Member of the Maryland House of Delegates from District 42
- In office January 8, 2003 – January 14, 2015
- Preceded by: James W. Campbell
- Succeeded by: Constituency Abolished

Personal details
- Born: July 1, 1960 (age 66) Baltimore
- Party: Republican
- Website: http://www.susanaumann.com

= Susan L. M. Aumann =

American politician (born 1960)

Susan L. M. Aumann (born July 1, 1960) is a member of the Maryland House of Delegates, District 42.

==Background==
Susan Aumann is a former member of the Maryland House of Delegates, represent District 42, which is a portion of Baltimore County in Maryland. She served this district along with fellow Republican William J. Frank and Democrat Stephen W. Lafferty.

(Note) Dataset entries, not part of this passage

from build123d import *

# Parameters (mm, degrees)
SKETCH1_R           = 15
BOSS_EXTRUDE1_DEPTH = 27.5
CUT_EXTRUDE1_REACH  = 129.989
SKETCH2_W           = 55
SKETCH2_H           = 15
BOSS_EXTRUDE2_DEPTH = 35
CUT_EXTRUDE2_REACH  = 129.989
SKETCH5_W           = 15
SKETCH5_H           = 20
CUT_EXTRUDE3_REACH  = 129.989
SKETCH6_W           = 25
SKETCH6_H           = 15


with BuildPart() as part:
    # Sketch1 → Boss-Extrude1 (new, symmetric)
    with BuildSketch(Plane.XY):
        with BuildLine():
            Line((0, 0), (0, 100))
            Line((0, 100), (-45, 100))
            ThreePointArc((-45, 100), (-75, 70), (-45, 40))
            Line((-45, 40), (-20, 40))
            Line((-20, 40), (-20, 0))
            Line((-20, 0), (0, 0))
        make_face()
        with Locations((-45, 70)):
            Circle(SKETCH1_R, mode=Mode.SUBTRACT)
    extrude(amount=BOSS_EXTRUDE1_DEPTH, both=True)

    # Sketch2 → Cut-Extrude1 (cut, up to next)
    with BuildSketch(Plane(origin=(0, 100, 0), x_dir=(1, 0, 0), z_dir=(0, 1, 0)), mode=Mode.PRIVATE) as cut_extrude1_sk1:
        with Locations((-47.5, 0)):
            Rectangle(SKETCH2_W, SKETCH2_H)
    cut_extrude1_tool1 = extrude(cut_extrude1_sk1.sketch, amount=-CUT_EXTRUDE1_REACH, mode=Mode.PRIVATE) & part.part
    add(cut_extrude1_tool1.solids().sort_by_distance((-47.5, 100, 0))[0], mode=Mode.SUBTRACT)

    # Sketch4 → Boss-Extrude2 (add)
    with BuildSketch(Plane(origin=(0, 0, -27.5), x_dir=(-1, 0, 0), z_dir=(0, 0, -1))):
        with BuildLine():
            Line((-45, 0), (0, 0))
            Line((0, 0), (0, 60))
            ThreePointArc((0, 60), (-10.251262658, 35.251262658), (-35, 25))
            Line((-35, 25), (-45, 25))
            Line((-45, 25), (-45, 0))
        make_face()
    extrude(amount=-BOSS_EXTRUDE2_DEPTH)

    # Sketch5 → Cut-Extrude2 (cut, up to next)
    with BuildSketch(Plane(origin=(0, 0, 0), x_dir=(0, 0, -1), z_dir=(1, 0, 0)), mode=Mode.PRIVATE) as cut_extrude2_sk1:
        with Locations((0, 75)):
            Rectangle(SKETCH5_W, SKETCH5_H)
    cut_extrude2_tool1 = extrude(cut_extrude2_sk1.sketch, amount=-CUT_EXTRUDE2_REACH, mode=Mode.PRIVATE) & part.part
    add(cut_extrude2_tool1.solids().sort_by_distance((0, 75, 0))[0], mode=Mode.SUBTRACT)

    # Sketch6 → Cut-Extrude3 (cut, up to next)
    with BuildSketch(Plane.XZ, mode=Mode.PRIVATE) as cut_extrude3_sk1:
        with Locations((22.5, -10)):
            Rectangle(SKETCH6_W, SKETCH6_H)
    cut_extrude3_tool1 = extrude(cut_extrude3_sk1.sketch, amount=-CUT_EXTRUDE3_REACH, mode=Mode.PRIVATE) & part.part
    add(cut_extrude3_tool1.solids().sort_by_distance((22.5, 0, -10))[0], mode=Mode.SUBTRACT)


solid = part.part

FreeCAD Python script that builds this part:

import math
import FreeCAD as App
import Part
import Sketcher

V = App.Vector

doc = App.newDocument("Part")
body = doc.addObject("PartDesign::Body", "Body")

sketch1 = body.newObject("Sketcher::SketchObject", "Sketch")
sketch1.AttachmentSupport = (doc.getObject("XY_Plane"), [""])
sketch1.MapMode = "FlatFace"
sketch1.addGeometry(Part.LineSegment(V(0, 0, 0), V(0, 100, 0)), False)
sketch1.addGeometry(Part.LineSegment(V(0, 100, 0), V(-45, 100, 0)), False)
sketch1.addGeometry(Part.ArcOfCircle(Part.Circle(V(-45, 70, 0), V(0, 0, 1), 30), math.radians(90), math.radians(270)), False)
sketch1.addGeometry(Part.LineSegment(V(-45, 40, 0), V(-20, 40, 0)), False)
sketch1.addGeometry(Part.LineSegment(V(-20, 40, 0), V(-20, 0, 0)), False)
sketch1.addGeometry(Part.LineSegment(V(-20, 0, 0), V(0, 0, 0)), False)
sketch1.addGeometry(Part.Circle(V(-45, 70, 0), V(0, 0, 1), 15), False)
sketch1.addConstraint(Sketcher.Constraint("Coincident", 0, 2, 1, 1))
sketch1.addConstraint(Sketcher.Constraint("Tangent", 1, 2, 2, 1))
sketch1.addConstraint(Sketcher.Constraint("Tangent", 2, 2, 3, 1))
sketch1.addConstraint(Sketcher.Constraint("Coincident", 3, 2, 4, 1))
sketch1.addConstraint(Sketcher.Constraint("Coincident", 4, 2, 5, 1))
sketch1.addConstraint(Sketcher.Constraint("Coincident", 5, 2, 0, 1))
sketch1.addConstraint(Sketcher.Constraint("Vertical", 0))
sketch1.addConstraint(Sketcher.Constraint("Horizontal", 1))
sketch1.addConstraint(Sketcher.Constraint("Horizontal", 3))
sketch1.addConstraint(Sketcher.Constraint("Vertical", 4))
sketch1.addConstraint(Sketcher.Constraint("Horizontal", 5))
sketch1.addConstraint(Sketcher.Constraint("Coincident", 5, 2, -1, 1))
sketch1.addConstraint(Sketcher.Constraint("Coincident", 6, 3, 2, 3))
sketch1.addConstraint(Sketcher.Constraint("Diameter", 6, 30.0))
sketch1.addConstraint(Sketcher.Constraint("Radius", 2, 30.0))
sketch1.addConstraint(Sketcher.Constraint("DistanceX", 1, 2, 1, 1, 45.0))
sketch1.addConstraint(Sketcher.Constraint("DistanceX", 3, 1, 3, 2, 25.0))
sketch1.addConstraint(Sketcher.Constraint("DistanceY", 0, 1, 0, 2, 100.0))
pad1 = body.newObject("PartDesign::Pad", "Pad")
pad1.Profile = sketch1
pad1.Length = 55
pad1.Midplane = True

sketch2 = body.newObject("Sketcher::SketchObject", "Sketch001")
sketch2.AttachmentSupport = (doc.getObject("XZ_Plane"), [""])
sketch2.MapMode = "FlatFace"
sketch2.AttachmentOffset = App.Placement(V(0, 0, -100), App.Rotation())
sketch2.addGeometry(Part.LineSegment(V(-75, -7.5, 0), V(-75, 7.5, 0)), False)
sketch2.addGeometry(Part.LineSegment(V(-75, 7.5, 0), V(-20, 7.5, 0)), False)
sketch2.addGeometry(Part.LineSegment(V(-20, 7.5, 0), V(-20, -7.5, 0)), False)
sketch2.addGeometry(Part.LineSegment(V(-20, -7.5, 0), V(-75, -7.5, 0)), False)
sketch2.addConstraint(Sketcher.Constraint("Coincident", 0, 2, 1, 1))
sketch2.addConstraint(Sketcher.Constraint("Coincident", 1, 2, 2, 1))
sketch2.addConstraint(Sketcher.Constraint("Coincident", 2, 2, 3, 1))
sketch2.addConstraint(Sketcher.Constraint("Coincident", 3, 2, 0, 1))
sketch2.addConstraint(Sketcher.Constraint("Vertical", 0))
sketch2.addConstraint(Sketcher.Constraint("Horizontal", 1))
sketch2.addConstraint(Sketcher.Constraint("Vertical", 2))
sketch2.addConstraint(Sketcher.Constraint("Horizontal", 3))
sketch2.addConstraint(Sketcher.Constraint("DistanceX", 1, 1, 1, 2, 55.0))
sketch2.addConstraint(Sketcher.Constraint("DistanceY", 0, 1, 0, 2, 15.0))
sketch2.addConstraint(Sketcher.Constraint("DistanceX", 0, 2, -1, 1, 75.0))
sketch2.addConstraint(Sketcher.Constraint("DistanceY", -1, 1, 0, 2, 7.5))
pocket1 = body.newObject("PartDesign::Pocket", "Pocket")
pocket1.Profile = sketch2
pocket1.Length = 60
pocket1.Reversed = True

sketch3 = body.newObject("Sketcher::SketchObject", "Sketch002")
sketch3.AttachmentSupport = (doc.getObject("XY_Plane"), [""])
sketch3.MapMode = "FlatFace"
sketch3.AttachmentOffset = App.Placement(V(0, 0, -27.5), App.Rotation())
sketch3.addGeometry(Part.LineSegment(V(45, 0, 0), V(0, 0, 0)), False)
sketch3.addGeometry(Part.LineSegment(V(0, 0, 0), V(0, 60, 0)), False)
sketch3.addGeometry(Part.ArcOfCircle(Part.Circle(V(35, 60, 0), V(0, 0, 1), 35), math.radians(180), math.radians(270)), False)
sketch3.addGeometry(Part.LineSegment(V(35, 25, 0), V(45, 25, 0)), False)
sketch3.addGeometry(Part.LineSegment(V(45, 25, 0), V(45, 0, 0)), False)
sketch3.addConstraint(Sketcher.Constraint("Coincident", 0, 2, 1, 1))
sketch3.addConstraint(Sketcher.Constraint("Tangent", 1, 2, 2, 1))
sketch3.addConstraint(Sketcher.Constraint("Tangent", 2, 2, 3, 1))
sketch3.addConstraint(Sketcher.Constraint("Coincident", 3, 2, 4, 1))
sketch3.addConstraint(Sketcher.Constraint("Coincident", 4, 2, 0, 1))
sketch3.addConstraint(Sketcher.Constraint("Horizontal", 0))
sketch3.addConstraint(Sketcher.Constraint("Vertical", 1))
sketch3.addConstraint(Sketcher.Constraint("Horizontal", 3))
sketch3.addConstraint(Sketcher.Constraint("Vertical", 4))
sketch3.addConstraint(Sketcher.Constraint("Coincident", 0, 2, -1, 1))
sketch3.addConstraint(Sketcher.Constraint("Radius", 2, 35.0))
sketch3.addConstraint(Sketcher.Constraint("DistanceX", 0, 2, 0, 1, 45.0))
sketch3.addConstraint(Sketcher.Constraint("DistanceY", 1, 1, 1, 2, 60.0))
pad2 = body.newObject("PartDesign::Pad", "Pad001")
pad2.Profile = sketch3
pad2.Length = 35

sketch4 = body.newObject("Sketcher::SketchObject", "Sketch003")
sketch4.AttachmentSupport = (doc.getObject("YZ_Plane"), [""])
sketch4.MapMode = "FlatFace"
sketch4.addGeometry(Part.LineSegment(V(85, 7.5, 0), V(65, 7.5, 0)), False)
sketch4.addGeometry(Part.LineSegment(V(65, 7.5, 0), V(65, -7.5, 0)), False)
sketch4.addGeometry(Part.LineSegment(V(65, -7.5, 0), V(85, -7.5, 0)), False)
sketch4.addGeometry(Part.LineSegment(V(85, -7.5, 0), V(85, 7.5, 0)), False)
sketch4.addConstraint(Sketcher.Constraint("Coincident", 0, 2, 1, 1))
sketch4.addConstraint(Sketcher.Constraint("Coincident", 1, 2, 2, 1))
sketch4.addConstraint(Sketcher.Constraint("Coincident", 2, 2, 3, 1))
sketch4.addConstraint(Sketcher.Constraint("Coincident", 3, 2, 0, 1))
sketch4.addConstraint(Sketcher.Constraint("Horizontal", 0))
sketch4.addConstraint(Sketcher.Constraint("Vertical", 1))
sketch4.addConstraint(Sketcher.Constraint("Horizontal", 2))
sketch4.addConstraint(Sketcher.Constraint("Vertical", 3))
sketch4.addConstraint(Sketcher.Constraint("DistanceX", 0, 2, 0, 1, 20.0))
sketch4.addConstraint(Sketcher.Constraint("DistanceY", 1, 2, 1, 1, 15.0))
sketch4.addConstraint(Sketcher.Constraint("DistanceX", -1, 1, 0, 2, 65.0))
sketch4.addConstraint(Sketcher.Constraint("DistanceY", -1, 1, 0, 2, 7.5))
pocket2 = body.newObject("PartDesign::Pocket", "Pocket001")
pocket2.Profile = sketch4
pocket2.Type = "UpToFirst"

sketch5 = body.newObject("Sketcher::SketchObject", "Sketch004")
sketch5.AttachmentSupport = (doc.getObject("XZ_Plane"), [""])
sketch5.MapMode = "FlatFace"
sketch5.addGeometry(Part.LineSegment(V(10, -2.5, 0), V(10, -17.5, 0)), False)
sketch5.addGeometry(Part.LineSegment(V(10, -17.5, 0), V(35, -17.5, 0)), False)
sketch5.addGeometry(Part.LineSegment(V(35, -17.5, 0), V(35, -2.5, 0)), False)
sketch5.addGeometry(Part.LineSegment(V(35, -2.5, 0), V(10, -2.5, 0)), False)
sketch5.addConstraint(Sketcher.Constraint("Coincident", 0, 2, 1, 1))
sketch5.addConstraint(Sketcher.Constraint("Coincident", 1, 2, 2, 1))
sketch5.addConstraint(Sketcher.Constraint("Coincident", 2, 2, 3, 1))
sketch5.addConstraint(Sketcher.Constraint("Coincident", 3, 2, 0, 1))
sketch5.addConstraint(Sketcher.Constraint("Vertical", 0))
sketch5.addConstraint(Sketcher.Constraint("Horizontal", 1))
sketch5.addConstraint(Sketcher.Constraint("Vertical", 2))
sketch5.addConstraint(Sketcher.Constraint("Horizontal", 3))
sketch5.addConstraint(Sketcher.Constraint("DistanceX", 1, 1, 1, 2, 25.0))
sketch5.addConstraint(Sketcher.Constraint("DistanceY", 0, 2, 0, 1, 15.0))
sketch5.addConstraint(Sketcher.Constraint("DistanceX", -1, 1, 0, 2, 10.0))
sketch5.addConstraint(Sketcher.Constraint("DistanceY", 0, 2, -1, 1, 17.5))
pocket3 = body.newObject("PartDesign::Pocket", "Pocket002")
pocket3.Profile = sketch5
pocket3.Type = "UpToFirst"

doc.recompute()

Prior to 2002, District 42 was represented by Democrats James W. Campbell, Maggie McIntosh, and Samuel I. Rosenberg. However, after the district lines were redrawn, McIntosh moved to District 43 and Rosenberg moved to District 41, where they both won reelection. On the other hand, Campbell remained in District 42, but was defeated by a host of new Republicans, including Aumann, William J. Frank, and John G. Trueschler. In 2006, Aumann won reelection, along with William J. Frank. Incumbent Trueschler did not run for reelection. In his stead, Democrat Stephen W. Lafferty won his seat.

==Education==
Aumann attended Notre Dame Preparatory School, an all-girls preparatory school in Towson. After high school, she attended the College of Notre Dame of Maryland, receiving her B.A. in business administration & management in 1983. Continuing her education, she attended the University of Baltimore.

==Career==
Much of Aumann's career has been focused on accounting. She was a sales associate at Valley Motors, a car dealership in Cockeysville from 1983 until 1985, when she became a loan counselor with First Financial Federal Credit Union, in nearby Lutherville, where she worked for a year. Soon thereafter, she worked as a private banking account executive for the Bank of Baltimore, working there from 1987 until 1988. In 1988, she took a position as a staff accountant for Ira J. Sugar & Associates, where she worked until 1989. In 1989, Aumann began working for MNC Financial, which was bought by NationsBank, where she stayed for several years. She later worked for Congressman Bob Ehrlich, first as a Financial Operations Officer and Treasurer, then as Finance Operations Officer and Treasurer for his "Bob Ehrlich for Maryland Committee" where she stayed until 2002.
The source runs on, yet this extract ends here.